++++ Records provided

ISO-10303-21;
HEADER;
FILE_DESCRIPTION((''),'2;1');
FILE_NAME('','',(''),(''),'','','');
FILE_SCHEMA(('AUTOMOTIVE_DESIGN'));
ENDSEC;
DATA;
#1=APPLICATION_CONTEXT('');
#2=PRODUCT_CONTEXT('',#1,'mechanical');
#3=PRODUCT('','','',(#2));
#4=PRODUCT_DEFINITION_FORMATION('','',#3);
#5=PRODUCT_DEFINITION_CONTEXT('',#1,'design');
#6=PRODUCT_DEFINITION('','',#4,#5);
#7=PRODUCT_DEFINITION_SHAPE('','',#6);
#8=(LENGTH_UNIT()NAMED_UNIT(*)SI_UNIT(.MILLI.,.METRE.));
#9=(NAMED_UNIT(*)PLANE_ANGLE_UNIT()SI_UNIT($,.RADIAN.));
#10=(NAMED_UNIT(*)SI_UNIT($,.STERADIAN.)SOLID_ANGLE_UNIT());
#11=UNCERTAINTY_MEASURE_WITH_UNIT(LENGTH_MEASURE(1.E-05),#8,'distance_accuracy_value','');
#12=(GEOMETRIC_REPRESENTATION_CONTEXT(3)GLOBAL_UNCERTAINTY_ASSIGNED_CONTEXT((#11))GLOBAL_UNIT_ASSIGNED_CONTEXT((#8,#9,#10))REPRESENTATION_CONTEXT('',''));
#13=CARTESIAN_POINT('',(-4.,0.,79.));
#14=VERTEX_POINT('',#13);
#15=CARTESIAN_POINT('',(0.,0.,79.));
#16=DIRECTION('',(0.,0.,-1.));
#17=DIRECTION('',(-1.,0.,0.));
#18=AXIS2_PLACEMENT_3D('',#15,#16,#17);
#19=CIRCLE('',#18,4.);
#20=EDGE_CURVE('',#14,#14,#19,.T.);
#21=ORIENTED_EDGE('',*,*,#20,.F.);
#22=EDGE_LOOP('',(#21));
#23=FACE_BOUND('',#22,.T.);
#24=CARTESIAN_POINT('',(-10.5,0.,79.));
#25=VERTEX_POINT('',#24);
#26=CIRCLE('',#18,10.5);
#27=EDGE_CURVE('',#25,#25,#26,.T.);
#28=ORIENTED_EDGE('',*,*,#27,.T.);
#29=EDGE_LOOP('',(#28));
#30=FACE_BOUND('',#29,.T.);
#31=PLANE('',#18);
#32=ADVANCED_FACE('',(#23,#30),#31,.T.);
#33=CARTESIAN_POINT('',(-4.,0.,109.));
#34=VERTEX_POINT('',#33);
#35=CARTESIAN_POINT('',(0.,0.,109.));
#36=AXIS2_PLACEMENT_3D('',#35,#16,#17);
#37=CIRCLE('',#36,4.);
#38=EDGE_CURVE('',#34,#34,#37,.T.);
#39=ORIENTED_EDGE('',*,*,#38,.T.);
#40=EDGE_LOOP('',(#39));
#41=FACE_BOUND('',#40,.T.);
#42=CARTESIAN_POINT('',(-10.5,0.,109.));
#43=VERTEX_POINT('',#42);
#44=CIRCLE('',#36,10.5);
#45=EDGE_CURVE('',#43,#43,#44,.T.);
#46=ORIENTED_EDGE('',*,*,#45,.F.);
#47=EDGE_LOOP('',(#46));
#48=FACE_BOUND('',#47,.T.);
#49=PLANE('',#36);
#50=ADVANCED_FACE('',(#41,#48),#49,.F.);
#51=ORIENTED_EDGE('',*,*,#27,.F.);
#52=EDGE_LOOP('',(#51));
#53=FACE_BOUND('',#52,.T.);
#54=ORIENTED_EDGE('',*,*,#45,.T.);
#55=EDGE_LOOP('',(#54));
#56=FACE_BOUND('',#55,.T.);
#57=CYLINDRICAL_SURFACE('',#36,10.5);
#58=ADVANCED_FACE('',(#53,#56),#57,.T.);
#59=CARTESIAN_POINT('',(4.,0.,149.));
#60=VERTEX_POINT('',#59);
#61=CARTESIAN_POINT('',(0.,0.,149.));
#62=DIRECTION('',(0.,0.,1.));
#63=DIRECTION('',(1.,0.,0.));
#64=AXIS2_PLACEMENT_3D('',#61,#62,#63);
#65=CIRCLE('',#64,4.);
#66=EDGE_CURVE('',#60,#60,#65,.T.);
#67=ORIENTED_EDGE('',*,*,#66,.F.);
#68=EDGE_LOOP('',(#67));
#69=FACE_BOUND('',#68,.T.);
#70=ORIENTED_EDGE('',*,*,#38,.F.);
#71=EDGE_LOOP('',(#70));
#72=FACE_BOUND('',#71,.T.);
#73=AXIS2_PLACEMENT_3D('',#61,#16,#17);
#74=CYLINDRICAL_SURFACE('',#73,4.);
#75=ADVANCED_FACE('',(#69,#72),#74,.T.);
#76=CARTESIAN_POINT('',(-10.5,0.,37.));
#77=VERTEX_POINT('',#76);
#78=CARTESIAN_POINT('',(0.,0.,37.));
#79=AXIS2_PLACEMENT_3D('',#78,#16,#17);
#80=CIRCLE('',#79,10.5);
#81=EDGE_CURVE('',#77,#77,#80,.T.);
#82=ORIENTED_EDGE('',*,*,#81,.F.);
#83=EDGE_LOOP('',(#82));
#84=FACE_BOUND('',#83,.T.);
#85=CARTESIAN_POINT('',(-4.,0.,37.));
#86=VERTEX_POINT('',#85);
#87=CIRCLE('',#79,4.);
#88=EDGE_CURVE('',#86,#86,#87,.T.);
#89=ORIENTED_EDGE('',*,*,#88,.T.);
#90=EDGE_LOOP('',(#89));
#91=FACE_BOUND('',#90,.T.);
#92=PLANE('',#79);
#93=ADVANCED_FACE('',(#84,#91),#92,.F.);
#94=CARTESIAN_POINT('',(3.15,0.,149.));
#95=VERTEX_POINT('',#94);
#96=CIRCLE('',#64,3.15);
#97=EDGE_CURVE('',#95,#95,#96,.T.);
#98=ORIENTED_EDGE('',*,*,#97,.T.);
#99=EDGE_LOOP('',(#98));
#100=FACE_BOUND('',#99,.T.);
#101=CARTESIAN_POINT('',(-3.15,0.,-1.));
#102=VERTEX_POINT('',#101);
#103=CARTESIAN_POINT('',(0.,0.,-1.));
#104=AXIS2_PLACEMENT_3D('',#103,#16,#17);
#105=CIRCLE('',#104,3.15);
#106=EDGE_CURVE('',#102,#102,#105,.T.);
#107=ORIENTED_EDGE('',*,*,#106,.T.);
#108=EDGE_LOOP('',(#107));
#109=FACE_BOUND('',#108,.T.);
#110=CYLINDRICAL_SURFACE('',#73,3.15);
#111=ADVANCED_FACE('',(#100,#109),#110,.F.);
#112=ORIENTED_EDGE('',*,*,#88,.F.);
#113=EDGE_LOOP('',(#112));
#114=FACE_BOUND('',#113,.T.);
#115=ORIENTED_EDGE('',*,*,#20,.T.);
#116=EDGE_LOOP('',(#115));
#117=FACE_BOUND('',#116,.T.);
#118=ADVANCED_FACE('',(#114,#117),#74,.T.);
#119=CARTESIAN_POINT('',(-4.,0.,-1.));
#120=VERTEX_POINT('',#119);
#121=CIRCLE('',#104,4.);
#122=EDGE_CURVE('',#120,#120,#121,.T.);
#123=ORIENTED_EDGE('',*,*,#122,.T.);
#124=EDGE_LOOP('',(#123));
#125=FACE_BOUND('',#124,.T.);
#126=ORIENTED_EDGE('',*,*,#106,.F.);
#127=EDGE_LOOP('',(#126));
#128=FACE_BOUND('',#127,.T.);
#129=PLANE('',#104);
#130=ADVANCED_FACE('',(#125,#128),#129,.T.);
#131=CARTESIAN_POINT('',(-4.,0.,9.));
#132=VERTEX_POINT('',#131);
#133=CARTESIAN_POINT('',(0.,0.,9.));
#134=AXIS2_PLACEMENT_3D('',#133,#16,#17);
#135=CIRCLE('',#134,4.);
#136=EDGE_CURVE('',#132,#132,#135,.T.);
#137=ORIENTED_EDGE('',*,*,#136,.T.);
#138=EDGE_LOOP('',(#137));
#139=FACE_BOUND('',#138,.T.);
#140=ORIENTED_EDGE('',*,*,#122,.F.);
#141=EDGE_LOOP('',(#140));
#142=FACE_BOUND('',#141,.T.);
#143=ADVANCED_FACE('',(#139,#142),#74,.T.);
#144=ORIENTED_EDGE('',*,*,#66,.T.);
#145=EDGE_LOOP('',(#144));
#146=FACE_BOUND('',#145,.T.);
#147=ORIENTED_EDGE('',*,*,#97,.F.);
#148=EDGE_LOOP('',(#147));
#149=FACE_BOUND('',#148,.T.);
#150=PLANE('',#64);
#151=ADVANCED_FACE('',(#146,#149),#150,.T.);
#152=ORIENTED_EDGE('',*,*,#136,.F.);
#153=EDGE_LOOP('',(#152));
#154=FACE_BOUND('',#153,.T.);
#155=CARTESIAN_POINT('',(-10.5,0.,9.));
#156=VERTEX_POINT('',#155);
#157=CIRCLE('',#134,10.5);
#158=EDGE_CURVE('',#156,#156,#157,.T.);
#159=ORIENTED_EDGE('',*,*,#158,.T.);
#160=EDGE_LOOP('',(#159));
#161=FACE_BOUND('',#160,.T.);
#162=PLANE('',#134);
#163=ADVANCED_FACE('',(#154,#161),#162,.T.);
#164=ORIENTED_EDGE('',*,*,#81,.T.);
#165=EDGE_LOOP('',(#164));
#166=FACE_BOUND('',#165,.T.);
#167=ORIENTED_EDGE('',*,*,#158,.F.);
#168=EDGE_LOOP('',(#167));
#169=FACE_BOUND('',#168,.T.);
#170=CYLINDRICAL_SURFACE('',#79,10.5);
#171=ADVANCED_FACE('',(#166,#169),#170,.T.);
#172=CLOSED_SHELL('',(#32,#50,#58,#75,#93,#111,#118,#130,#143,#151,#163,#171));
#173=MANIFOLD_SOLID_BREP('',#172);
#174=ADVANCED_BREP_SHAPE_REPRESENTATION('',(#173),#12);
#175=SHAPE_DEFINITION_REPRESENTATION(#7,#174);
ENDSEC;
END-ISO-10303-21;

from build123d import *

# Parameters (mm, degrees)
SKETCH_1_R          = 4
SKETCH_1_R_2        = 3.15
EXTRUDE_1_DEPTH     = 149
EXTRUDE_START       = 1
SKETCH_3_R          = 4
EXTRUDE_2_DEPTH     = 1
EXTRUDE_START_2     = -80
SKETCH_4_2_R        = 10.5
SKETCH_4_2_R_2      = 4
EXTRUDE_4_DEPTH     = 30
EXTRUDE_START_3     = -10
SKETCH_4_R          = 10.5
SKETCH_4_R_2        = 4
EXTRUDE_3_DEPTH     = 28
SKETCH_5_R          = 3.15
CUT_EXTRUDE_1_DEPTH = 10


with BuildPart() as part:
    # 草图1 → 凸台-拉伸1 (new body)
    with BuildSketch(Plane.XY):
        Circle(SKETCH_1_R)
        Circle(SKETCH_1_R_2, mode=Mode.SUBTRACT)
    extrude(amount=EXTRUDE_1_DEPTH)

    # 草图3 → 凸台-拉伸2 (add)
    with BuildSketch(Plane(origin=(0, 0, 0), x_dir=(-1, 0, 0), z_dir=(0, 0, -1)).offset(EXTRUDE_START)):
        Circle(SKETCH_3_R)
    extrude(amount=-EXTRUDE_2_DEPTH)

    # 草图4<2> → 凸台-拉伸4 (add)
    with BuildSketch(Plane(origin=(0, 0, -1), x_dir=(-1, 0, 0), z_dir=(0, 0, -1)).offset(EXTRUDE_START_2)):
        Circle(SKETCH_4_2_R)
        Circle(SKETCH_4_2_R_2, mode=Mode.SUBTRACT)
    extrude(amount=-EXTRUDE_4_DEPTH)

    # 草图4 → 凸台-拉伸3 (add)
    with BuildSketch(Plane(origin=(0, 0, -1), x_dir=(-1, 0, 0), z_dir=(0, 0, -1)).offset(EXTRUDE_START_3)):
        Circle(SKETCH_4_R)
        Circle(SKETCH_4_R_2, mode=Mode.SUBTRACT)
    extrude(amount=-EXTRUDE_3_DEPTH)

    # 草图5 → 切除-拉伸1 (cut)
    with BuildSketch(Plane(origin=(0, 0, -1), x_dir=(-1, 0, 0), z_dir=(0, 0, -1))):
        Circle(SKETCH_5_R)
    extrude(amount=-CUT_EXTRUDE_1_DEPTH, mode=Mode.SUBTRACT)


solid = part.part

++++++++

▶ [Problem to work on] Repeat exactly the lines of the data from the first one through the line with "#5=PRODUCT_DEFINITION_CONTEXT('',#1,'design');", both of them included.

▶ [Output of the task]
ISO-10303-21;
HEADER;
FILE_DESCRIPTION((''),'2;1');
FILE_NAME('','',(''),(''),'','','');
FILE_SCHEMA(('AUTOMOTIVE_DESIGN'));
ENDSEC;
DATA;
#1=APPLICATION_CONTEXT('');
#2=PRODUCT_CONTEXT('',#1,'mechanical');
#3=PRODUCT('','','',(#2));
#4=PRODUCT_DEFINITION_FORMATION('','',#3);
#5=PRODUCT_DEFINITION_CONTEXT('',#1,'design');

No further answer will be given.